Note: This course was previously entitled "Introduction to Qualitative Research Techniques".
This is an introductory course designed for the individual with limited or no previous experience with qualitative techniques of data collection and analysis.
The aim of this course is to give you an accessible and comprehensive coverage of the current state of qualitative research, especially with regard to theoretical underpinnings, methodologies and techniques of both data collection and analysis.The course will combine lectures and practical 'workshops'. Time will also be set aside during the breaks for participants to discuss their own research.

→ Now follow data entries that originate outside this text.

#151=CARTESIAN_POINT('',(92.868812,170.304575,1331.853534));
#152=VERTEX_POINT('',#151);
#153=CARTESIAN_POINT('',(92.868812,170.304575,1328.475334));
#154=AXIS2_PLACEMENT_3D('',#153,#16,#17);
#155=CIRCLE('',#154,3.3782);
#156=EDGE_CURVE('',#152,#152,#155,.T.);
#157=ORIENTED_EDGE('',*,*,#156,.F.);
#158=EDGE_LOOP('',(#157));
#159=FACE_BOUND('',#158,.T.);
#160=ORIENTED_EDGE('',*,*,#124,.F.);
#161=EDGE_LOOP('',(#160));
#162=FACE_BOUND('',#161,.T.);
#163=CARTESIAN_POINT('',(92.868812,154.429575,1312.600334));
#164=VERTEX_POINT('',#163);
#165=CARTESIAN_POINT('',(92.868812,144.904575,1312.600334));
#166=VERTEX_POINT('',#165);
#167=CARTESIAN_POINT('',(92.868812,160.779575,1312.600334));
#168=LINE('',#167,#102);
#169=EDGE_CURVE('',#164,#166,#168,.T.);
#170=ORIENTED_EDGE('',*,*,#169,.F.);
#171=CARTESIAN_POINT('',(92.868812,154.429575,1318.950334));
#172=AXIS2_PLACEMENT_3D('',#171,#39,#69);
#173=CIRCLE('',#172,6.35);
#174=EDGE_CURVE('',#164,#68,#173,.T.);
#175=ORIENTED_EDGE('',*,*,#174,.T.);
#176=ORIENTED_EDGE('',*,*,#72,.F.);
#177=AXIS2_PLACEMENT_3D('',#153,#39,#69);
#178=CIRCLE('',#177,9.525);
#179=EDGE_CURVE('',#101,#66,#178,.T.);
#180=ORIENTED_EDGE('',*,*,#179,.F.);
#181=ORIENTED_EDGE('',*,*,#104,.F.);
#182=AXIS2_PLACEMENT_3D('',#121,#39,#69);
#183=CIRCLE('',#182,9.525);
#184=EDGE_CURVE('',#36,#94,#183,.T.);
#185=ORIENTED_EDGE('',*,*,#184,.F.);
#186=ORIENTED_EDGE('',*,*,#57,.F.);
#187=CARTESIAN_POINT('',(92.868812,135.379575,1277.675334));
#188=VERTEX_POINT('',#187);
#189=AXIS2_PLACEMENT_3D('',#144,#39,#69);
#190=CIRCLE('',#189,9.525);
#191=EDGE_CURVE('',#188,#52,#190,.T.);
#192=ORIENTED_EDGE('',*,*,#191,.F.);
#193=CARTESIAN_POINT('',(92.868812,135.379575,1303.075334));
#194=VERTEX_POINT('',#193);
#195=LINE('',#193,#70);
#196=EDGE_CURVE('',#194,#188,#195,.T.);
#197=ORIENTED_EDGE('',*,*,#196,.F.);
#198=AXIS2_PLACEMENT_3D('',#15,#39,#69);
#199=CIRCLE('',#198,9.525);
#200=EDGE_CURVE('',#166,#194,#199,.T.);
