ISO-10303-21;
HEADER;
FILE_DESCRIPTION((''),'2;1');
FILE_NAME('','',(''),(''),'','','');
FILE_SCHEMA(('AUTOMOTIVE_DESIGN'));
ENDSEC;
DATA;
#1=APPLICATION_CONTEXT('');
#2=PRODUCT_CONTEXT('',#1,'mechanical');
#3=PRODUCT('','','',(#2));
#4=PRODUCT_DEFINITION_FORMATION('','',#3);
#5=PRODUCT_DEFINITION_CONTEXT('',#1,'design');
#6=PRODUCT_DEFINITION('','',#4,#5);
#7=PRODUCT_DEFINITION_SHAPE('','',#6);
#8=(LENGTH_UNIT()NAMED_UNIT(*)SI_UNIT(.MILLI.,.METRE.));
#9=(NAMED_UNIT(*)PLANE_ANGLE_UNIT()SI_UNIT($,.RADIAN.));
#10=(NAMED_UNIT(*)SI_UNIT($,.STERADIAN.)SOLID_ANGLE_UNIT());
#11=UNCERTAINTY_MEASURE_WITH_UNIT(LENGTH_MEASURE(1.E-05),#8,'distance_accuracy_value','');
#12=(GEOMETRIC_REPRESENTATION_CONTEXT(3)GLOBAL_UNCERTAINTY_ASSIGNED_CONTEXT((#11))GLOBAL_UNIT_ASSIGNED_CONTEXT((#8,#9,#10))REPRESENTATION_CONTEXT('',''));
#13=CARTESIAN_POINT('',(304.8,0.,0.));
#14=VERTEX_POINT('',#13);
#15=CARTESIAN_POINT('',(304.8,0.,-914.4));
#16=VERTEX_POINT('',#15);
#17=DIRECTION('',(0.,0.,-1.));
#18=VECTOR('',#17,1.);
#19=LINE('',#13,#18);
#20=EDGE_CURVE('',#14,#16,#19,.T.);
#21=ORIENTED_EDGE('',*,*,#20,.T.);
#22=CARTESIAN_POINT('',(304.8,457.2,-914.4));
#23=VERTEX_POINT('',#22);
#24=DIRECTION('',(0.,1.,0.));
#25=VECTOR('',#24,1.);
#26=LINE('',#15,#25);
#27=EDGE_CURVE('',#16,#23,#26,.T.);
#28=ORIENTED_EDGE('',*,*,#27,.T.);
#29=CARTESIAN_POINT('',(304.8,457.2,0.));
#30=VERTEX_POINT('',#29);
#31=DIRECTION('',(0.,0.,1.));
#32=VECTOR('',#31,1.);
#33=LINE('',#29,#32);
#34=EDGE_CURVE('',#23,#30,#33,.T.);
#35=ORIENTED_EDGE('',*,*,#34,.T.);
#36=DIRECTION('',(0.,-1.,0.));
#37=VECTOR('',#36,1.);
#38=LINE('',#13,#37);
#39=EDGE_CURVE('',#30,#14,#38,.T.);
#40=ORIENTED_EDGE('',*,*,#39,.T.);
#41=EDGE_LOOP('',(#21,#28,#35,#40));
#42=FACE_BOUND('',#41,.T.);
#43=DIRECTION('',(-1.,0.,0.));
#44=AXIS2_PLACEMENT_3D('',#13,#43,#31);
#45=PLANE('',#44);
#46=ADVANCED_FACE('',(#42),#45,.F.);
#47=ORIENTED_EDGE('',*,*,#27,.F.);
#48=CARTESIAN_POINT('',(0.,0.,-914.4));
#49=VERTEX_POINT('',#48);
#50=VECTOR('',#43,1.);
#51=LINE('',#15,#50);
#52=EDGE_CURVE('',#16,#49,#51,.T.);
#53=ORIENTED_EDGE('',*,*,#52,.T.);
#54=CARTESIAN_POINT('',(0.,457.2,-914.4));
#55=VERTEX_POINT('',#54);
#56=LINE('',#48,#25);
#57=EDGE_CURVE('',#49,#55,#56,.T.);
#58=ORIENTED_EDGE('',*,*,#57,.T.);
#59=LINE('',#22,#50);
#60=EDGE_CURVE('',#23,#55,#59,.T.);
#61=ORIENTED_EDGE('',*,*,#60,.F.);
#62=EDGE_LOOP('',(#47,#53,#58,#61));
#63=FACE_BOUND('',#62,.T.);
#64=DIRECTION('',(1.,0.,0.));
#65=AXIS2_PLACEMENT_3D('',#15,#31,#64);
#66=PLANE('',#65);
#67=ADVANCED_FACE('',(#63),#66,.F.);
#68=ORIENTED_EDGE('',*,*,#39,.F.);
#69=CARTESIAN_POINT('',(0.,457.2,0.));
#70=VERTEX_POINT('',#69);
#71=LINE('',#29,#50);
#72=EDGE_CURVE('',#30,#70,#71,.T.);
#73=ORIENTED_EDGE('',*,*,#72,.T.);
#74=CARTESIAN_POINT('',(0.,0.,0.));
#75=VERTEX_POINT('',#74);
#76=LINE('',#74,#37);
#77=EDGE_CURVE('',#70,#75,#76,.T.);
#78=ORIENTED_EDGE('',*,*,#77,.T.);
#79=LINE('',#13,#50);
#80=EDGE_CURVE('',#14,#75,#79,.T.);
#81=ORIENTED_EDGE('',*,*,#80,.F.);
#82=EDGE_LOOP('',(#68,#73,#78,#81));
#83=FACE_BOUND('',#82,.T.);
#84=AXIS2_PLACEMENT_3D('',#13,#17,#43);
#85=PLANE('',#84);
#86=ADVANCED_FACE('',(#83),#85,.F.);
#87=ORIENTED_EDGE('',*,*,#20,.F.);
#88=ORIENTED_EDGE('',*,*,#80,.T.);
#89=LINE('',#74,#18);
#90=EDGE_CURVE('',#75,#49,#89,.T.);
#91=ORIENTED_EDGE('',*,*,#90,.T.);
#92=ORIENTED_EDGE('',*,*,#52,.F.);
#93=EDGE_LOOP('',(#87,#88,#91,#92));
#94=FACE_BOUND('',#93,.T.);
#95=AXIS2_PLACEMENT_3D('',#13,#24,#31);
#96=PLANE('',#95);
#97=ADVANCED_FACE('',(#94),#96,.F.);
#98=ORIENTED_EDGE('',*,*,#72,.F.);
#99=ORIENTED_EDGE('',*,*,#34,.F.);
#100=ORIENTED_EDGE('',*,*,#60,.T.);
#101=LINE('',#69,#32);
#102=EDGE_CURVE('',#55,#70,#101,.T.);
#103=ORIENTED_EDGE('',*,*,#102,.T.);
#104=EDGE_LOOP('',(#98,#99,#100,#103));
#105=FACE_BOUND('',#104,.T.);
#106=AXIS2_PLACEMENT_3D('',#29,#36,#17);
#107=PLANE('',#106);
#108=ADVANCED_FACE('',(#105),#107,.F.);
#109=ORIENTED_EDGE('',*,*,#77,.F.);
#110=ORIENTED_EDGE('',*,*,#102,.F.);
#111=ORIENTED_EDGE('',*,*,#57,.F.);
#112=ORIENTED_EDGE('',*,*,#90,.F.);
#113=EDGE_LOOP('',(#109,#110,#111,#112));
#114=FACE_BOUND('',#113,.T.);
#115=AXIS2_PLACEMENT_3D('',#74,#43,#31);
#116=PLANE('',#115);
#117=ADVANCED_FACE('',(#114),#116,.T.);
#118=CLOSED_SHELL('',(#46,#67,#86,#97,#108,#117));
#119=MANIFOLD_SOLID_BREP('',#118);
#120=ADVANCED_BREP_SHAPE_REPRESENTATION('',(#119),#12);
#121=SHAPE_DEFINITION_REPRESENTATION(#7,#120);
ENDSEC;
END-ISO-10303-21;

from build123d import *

# Parameters (mm, degrees)
SKETCH1_W                  = 914.4
SKETCH1_H                  = 457.2
MAIN_ENCLOSURE_MODEL_DEPTH = 304.8


with BuildPart() as part:
    # Sketch1 → Main Enclosure Model (new body)
    with BuildSketch(Plane(origin=(0, 0, 0), x_dir=(0, 0, -1), z_dir=(1, 0, 0))):
        with Locations((457.2, 228.6)):
            Rectangle(SKETCH1_W, SKETCH1_H)
    extrude(amount=MAIN_ENCLOSURE_MODEL_DEPTH)


solid = part.part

The target audience for this course is those who would like to become more familiar with qualitative research techniques, from postgraduate university students and staff to researchers in government and private organisations.
Topics scheduled are:
Day 1
Introductory session. Outline of the course and identification of participants’ research interests and expectations. Framing. Theoretical underpinnings from positivism through post modernism to performative research. Types of qualitative methodologies. Issues of qualitative design: sampling; triangulation; validity and reliability and ethics.
Day 2
Interviewing. Casual and formal techniques of faceto face interviewing (access, rapport, recording, and types of questions). Data storage: transcribing interviews, preliminary data analysis, recursive techniques of data collection. Workshop on face to face interviewing. Group interviews.
Day 3
Focus groups and participant observation techniques. Workshop on running a focus group. Participant observation - usage, ethical issues and procedures involved. Workshop on participant observation and writing up observation sessions. Preliminary data analysis on interviewing and observation data.
Day 4
Data analysis: types of analysis during and after data collection. Workshop on thematic analysis and developing a coding system. Content analysis techniques and issues. Workshops on content and discourse analysis (cultural rather than linguistic).
Day 5
Computer management tools for qualitative data. Writing up data for different types of research: thesis, articles, and reports. Techniques of data presentation and display. Criteria for assessing good qualitative research.
While most ACSPRI courses finish just before 3pm on the Friday, this course typically finishes around lunchtime. Time is generally made up during lunch breaks throughout the week (one-on-one consultation).
There are no prerequisites for this course
The instructor's bound, book length course notes will serve as the course text.
Other reading:
Grbich, C., Qualitative Data Analysis London: Sage International, 2013.
Grbich, C. New Approaches in Social Research. London: Sage Publications 2004
Denzin, N., and Y. Lincoln, Handbooks of Qualitative Research, California: Sage,. various versions, various years of publication.
Minichiello, V., R. Aroni, E. Timewell, and L. Alexander, In-Depth Interviewing: Researching People, (2nd ed), Melbourne: Longman Cheshire, 2008.
This course will take place in a classroom. No equipment is needed.